Bellicum Pharmaceuticals (BLCM) has announced the discontinuation of its Phase 1/2 clinical trials for GoCAR-T cell products BPX-601 and BPX-603, assessing treatment for heavily pre-treated cancer patients. This decision follows a review of the risk/benefit profile, particularly after a serious adverse event occurred in the BPX-601 trial, where a patient experienced Grade 4 cytokine release syndrome. Although some efficacy was seen, with a notable response in prostate cancer patients, the company lacks resources to refine the treatment protocol. Bellicum is currently engaging with trial sites and regulatory bodies regarding this change while exploring strategic options.

Positive

• Efficacy observed in the trial, with 5 of 9 patients achieving PSA50 and 4 achieving PSA90 responses.

Negative

• Discontinuation of Phase 1/2 trials for BPX-601 and BPX-603 due to unfavorable risk/benefit profile.
• Serious immune-mediated adverse event experienced by a patient in the BPX-601 trial.
• Insufficient resources to optimize clinical dose and schedule for BPX-601.

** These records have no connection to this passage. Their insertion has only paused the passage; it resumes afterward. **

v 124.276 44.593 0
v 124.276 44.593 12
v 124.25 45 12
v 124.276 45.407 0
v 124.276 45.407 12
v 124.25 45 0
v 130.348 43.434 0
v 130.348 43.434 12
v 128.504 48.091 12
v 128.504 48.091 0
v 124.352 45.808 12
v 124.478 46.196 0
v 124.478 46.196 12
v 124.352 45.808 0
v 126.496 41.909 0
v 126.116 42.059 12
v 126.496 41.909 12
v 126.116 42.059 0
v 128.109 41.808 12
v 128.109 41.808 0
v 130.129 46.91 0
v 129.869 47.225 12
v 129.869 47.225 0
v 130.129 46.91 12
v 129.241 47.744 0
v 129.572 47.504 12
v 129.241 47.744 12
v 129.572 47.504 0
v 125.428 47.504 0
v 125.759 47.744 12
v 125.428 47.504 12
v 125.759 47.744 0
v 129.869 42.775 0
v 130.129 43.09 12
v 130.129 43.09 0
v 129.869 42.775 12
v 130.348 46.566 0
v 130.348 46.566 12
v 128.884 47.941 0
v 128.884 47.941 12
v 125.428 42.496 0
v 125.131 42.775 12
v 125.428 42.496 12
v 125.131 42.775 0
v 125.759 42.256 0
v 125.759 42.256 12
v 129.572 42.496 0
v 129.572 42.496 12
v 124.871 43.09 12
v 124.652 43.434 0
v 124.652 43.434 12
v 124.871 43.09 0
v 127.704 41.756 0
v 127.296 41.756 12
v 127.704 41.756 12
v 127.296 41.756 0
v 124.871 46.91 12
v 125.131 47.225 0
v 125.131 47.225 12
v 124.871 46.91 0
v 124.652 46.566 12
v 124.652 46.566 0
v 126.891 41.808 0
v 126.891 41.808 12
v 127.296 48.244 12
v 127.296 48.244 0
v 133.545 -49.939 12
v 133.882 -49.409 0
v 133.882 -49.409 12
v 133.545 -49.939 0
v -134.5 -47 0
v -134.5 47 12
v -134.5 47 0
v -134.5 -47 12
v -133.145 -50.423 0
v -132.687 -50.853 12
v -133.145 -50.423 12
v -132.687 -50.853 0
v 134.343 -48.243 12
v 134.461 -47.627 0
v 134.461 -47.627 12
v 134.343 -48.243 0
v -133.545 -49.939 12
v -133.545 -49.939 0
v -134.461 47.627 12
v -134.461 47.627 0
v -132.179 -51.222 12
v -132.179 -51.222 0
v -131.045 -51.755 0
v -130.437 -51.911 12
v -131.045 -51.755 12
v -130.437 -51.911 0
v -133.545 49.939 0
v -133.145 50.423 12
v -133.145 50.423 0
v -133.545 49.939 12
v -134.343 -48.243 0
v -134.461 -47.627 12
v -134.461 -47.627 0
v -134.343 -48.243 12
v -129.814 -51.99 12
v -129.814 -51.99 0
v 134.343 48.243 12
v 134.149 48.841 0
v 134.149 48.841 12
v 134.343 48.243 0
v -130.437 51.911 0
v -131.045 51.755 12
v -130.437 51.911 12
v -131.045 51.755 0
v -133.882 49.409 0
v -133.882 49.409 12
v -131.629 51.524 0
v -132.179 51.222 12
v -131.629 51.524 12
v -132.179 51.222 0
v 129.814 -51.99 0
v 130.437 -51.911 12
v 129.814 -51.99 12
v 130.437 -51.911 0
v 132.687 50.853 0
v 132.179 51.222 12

HOUSTON, March 14, 2023 (GLOBE NEWSWIRE) -- Bellicum Pharmaceuticals, Inc. (Nasdaq: BLCM), today announced its decision to discontinue its ongoing Phase 1/2 clinical trials evaluating the safety and preliminary efficacy of its GoCAR-T cell product candidates in combination with rimiducid in heavily pre-treated cancer patients. The trials for BPX-601 and BPX-603 are being discontinued following the Company’s assessment of the risk/benefit profile of BPX-601 in combination with rimiducid.

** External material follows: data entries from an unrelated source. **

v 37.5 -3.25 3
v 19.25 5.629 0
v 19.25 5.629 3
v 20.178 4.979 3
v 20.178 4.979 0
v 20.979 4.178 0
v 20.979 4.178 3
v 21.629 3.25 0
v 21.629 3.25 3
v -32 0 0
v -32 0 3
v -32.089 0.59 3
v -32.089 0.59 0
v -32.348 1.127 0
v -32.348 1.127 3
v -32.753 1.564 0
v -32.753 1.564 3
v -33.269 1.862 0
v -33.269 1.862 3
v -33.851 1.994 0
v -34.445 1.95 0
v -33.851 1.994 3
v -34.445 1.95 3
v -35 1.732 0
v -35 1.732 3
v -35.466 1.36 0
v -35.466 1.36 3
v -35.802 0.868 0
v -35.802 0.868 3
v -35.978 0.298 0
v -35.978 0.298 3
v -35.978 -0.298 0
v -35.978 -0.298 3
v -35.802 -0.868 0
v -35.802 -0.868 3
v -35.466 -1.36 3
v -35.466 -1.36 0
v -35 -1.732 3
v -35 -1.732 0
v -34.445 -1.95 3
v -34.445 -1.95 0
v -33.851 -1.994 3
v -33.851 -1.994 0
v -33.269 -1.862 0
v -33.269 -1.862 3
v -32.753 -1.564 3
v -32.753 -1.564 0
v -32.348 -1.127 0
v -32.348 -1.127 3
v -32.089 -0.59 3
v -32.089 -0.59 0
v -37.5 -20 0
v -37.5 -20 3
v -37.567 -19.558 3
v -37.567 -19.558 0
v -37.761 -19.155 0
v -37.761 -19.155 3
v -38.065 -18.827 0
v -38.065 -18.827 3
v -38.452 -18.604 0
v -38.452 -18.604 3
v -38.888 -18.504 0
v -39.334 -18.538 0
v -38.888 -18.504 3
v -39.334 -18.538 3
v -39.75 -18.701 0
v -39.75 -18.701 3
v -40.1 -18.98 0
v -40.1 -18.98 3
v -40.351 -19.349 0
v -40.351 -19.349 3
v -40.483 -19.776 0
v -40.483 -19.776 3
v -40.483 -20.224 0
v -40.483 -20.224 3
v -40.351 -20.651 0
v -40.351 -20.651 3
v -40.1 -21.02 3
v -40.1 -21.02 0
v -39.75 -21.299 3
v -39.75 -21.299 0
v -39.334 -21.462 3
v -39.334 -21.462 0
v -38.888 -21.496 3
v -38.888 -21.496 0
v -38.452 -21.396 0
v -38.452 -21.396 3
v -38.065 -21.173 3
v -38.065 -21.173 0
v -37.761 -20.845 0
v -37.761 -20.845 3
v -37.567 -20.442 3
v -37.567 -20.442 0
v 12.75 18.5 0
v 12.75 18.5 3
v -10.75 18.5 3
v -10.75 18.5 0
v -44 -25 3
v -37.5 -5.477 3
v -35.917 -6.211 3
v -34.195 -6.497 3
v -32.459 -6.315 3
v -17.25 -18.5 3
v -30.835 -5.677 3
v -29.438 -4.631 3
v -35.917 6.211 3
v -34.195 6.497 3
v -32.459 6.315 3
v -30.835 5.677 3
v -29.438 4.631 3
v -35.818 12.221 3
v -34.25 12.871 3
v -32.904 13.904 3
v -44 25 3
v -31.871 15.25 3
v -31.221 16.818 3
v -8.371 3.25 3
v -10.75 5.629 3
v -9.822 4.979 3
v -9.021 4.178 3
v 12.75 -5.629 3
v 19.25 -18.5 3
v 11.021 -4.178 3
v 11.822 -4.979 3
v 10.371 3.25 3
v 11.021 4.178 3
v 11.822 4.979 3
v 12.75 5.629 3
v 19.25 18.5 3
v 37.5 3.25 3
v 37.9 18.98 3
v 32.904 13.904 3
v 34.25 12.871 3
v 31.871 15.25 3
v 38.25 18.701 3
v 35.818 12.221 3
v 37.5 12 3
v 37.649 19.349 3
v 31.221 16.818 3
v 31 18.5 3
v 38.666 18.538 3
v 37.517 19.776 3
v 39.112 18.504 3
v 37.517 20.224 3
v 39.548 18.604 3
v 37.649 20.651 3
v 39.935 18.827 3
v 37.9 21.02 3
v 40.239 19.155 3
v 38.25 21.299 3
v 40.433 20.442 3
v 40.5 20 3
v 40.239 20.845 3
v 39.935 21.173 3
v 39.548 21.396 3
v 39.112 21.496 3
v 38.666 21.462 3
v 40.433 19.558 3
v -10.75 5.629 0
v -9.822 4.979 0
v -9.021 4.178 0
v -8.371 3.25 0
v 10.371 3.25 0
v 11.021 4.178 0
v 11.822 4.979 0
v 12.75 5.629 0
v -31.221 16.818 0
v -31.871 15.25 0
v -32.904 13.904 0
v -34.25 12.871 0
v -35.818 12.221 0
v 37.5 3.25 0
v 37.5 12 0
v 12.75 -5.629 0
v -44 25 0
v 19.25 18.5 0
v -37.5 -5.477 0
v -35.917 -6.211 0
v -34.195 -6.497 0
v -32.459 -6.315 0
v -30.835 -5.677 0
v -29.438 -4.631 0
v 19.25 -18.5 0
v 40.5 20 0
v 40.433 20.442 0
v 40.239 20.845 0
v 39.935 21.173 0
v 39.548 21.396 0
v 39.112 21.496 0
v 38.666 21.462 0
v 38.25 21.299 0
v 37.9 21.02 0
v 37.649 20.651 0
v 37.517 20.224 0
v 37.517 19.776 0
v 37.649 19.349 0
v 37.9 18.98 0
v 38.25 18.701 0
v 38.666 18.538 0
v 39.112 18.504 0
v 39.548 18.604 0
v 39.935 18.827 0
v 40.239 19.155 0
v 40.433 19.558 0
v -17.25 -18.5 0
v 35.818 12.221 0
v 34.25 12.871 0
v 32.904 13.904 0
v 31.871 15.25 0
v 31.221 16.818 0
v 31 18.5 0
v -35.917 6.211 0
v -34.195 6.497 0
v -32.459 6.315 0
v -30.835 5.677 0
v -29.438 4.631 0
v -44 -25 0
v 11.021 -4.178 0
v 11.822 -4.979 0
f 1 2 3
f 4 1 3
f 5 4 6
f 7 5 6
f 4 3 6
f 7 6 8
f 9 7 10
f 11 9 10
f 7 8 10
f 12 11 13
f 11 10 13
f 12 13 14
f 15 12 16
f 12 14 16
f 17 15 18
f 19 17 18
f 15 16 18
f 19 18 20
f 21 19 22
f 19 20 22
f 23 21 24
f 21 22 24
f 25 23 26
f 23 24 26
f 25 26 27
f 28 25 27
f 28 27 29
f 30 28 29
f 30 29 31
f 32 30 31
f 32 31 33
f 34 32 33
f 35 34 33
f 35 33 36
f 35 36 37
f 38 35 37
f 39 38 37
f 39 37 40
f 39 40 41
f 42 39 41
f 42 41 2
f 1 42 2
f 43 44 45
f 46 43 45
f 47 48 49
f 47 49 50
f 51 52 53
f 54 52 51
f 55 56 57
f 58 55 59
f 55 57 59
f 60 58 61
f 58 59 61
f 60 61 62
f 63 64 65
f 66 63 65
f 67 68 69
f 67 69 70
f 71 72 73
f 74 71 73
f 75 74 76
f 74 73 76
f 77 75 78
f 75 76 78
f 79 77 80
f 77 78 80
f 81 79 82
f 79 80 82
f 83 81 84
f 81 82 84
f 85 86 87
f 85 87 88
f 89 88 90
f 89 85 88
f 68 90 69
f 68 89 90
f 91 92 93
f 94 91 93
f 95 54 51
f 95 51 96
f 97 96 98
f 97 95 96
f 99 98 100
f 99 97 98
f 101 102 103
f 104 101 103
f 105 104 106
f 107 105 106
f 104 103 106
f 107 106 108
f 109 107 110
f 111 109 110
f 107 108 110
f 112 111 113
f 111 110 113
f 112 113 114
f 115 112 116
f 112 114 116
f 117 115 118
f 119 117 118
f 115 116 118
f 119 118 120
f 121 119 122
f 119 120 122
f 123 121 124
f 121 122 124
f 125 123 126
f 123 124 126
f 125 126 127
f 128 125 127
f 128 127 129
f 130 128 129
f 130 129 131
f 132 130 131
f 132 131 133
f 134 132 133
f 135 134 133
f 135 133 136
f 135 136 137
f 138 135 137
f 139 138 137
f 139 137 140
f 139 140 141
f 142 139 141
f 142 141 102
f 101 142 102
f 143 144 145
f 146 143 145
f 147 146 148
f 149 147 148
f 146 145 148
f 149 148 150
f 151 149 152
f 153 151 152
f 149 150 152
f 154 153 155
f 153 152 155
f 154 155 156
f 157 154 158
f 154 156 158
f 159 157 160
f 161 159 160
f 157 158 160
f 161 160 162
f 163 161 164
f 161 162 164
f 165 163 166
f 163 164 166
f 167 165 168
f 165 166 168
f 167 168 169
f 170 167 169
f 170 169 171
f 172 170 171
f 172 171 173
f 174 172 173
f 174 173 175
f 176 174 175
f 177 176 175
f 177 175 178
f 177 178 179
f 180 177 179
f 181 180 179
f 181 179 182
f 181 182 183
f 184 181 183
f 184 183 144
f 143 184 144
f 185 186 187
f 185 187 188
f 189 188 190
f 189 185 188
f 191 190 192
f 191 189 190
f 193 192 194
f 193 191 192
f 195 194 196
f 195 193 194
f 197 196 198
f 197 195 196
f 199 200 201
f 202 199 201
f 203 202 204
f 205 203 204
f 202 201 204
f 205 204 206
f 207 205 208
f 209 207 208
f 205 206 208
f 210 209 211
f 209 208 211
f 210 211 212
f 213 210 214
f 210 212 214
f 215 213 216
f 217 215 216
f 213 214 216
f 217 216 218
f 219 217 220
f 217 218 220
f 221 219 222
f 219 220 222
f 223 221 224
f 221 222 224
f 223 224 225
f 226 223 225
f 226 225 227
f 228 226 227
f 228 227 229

The most recent patient treated in the Phase 1/2 trial of BPX-601 in metastatic castration-resistant prostate cancer (mCRPC) experienced serious immune-mediated adverse events including Grade 4 cytokine release syndrome (CRS), the second dose-limiting toxicity observed in this cohort of dose escalation. The company paused enrollment in its clinical studies and conducted a thorough review of the risk/benefit observed to date. While clinically meaningful efficacy has been observed—including 5 of 9 mCRPC patients treated achieving PSA50 response, 4 of whom achieved PSA90 response—the Company believes it does not have the necessary resources to optimize either the clinical dose and schedule of BPX-601 cells and the activating agent rimiducid, or the design of the BPX-601 cell construct to achieve a favorable risk/benefit profile.

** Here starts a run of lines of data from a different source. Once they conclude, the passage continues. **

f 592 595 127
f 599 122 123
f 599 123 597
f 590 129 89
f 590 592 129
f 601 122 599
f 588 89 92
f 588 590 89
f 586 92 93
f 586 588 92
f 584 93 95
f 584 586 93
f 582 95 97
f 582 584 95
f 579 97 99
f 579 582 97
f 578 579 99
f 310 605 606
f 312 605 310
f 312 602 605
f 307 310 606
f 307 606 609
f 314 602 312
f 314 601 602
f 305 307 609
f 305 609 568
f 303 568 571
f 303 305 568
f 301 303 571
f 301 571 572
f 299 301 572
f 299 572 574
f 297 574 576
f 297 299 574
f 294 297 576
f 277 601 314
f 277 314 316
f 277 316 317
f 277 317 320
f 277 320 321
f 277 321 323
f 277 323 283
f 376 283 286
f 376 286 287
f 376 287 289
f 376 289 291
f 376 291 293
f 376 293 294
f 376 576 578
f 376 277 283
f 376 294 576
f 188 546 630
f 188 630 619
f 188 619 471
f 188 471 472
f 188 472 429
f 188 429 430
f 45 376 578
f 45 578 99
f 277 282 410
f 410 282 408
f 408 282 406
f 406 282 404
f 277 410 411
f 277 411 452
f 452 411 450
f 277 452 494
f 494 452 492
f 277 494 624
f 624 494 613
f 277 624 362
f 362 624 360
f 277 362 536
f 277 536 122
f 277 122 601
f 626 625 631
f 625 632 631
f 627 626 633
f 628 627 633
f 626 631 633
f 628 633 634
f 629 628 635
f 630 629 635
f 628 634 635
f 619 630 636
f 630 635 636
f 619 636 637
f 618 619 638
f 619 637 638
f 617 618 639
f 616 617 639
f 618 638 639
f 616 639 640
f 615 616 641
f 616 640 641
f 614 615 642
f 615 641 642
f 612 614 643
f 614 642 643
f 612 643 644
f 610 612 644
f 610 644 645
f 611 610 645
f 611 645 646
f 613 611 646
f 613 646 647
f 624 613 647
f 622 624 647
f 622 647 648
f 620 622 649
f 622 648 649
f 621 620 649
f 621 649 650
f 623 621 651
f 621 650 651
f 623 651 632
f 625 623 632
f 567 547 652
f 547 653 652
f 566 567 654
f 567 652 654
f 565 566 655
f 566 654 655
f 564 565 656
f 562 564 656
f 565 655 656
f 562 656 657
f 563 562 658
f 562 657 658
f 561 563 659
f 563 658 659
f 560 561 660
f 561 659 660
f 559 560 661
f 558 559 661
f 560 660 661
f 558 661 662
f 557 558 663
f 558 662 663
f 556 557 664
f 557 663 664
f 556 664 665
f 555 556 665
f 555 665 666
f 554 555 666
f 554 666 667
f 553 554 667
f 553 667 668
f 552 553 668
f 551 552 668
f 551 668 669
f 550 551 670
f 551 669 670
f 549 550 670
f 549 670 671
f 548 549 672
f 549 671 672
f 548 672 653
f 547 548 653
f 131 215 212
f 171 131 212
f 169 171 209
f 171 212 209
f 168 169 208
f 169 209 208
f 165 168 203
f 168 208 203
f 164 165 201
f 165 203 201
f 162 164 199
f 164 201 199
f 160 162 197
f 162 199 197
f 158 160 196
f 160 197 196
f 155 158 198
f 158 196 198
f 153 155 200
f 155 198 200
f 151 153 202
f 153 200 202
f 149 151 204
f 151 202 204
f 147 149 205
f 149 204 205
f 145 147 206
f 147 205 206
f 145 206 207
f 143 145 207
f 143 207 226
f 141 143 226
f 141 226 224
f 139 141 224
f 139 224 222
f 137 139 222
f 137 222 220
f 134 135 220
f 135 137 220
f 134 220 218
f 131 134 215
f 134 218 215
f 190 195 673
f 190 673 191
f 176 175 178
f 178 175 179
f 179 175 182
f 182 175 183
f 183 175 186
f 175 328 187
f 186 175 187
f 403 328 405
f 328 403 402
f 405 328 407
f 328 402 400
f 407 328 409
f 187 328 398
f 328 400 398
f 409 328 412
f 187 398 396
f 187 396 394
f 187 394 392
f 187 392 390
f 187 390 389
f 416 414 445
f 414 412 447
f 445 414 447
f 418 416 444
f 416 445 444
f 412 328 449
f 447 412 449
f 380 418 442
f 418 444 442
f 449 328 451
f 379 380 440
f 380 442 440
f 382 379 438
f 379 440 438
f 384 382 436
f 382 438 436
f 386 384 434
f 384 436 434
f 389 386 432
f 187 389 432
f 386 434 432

The Company is communicating with clinical trial sites and regulatory agencies regarding its decision to discontinue its trials, and an evaluation of the Company’s strategic alternatives is underway.

More information about Bellicum can be found at www.bellicum.com.

Source: Bellicum Pharmaceuticals

Investors:
Robert H. Uhl
Managing Director
ICR Westwicke
858-356-5932
Robert.uhl@westwicke.com

FAQ

Why did Bellicum Pharmaceuticals discontinue its clinical trials for BPX-601 and BPX-603?

Bellicum discontinued the trials due to an unfavorable risk/benefit profile following serious adverse events and the lack of resources to optimize the treatment.

What were the results of the BPX-601 trial before its discontinuation?

In the BPX-601 trial, 5 out of 9 patients achieved a PSA50 response, and 4 achieved a PSA90 response, indicating some level of efficacy.

What serious event occurred during the BPX-601 trial?

A patient in the BPX-601 trial experienced Grade 4 cytokine release syndrome, which prompted the company to reassess the trial's risk/benefit profile.

What steps is Bellicum Pharmaceuticals taking after discontinuing the trials?

Bellicum is communicating with clinical trial sites and regulatory agencies about the discontinuation while exploring strategic alternatives for the company.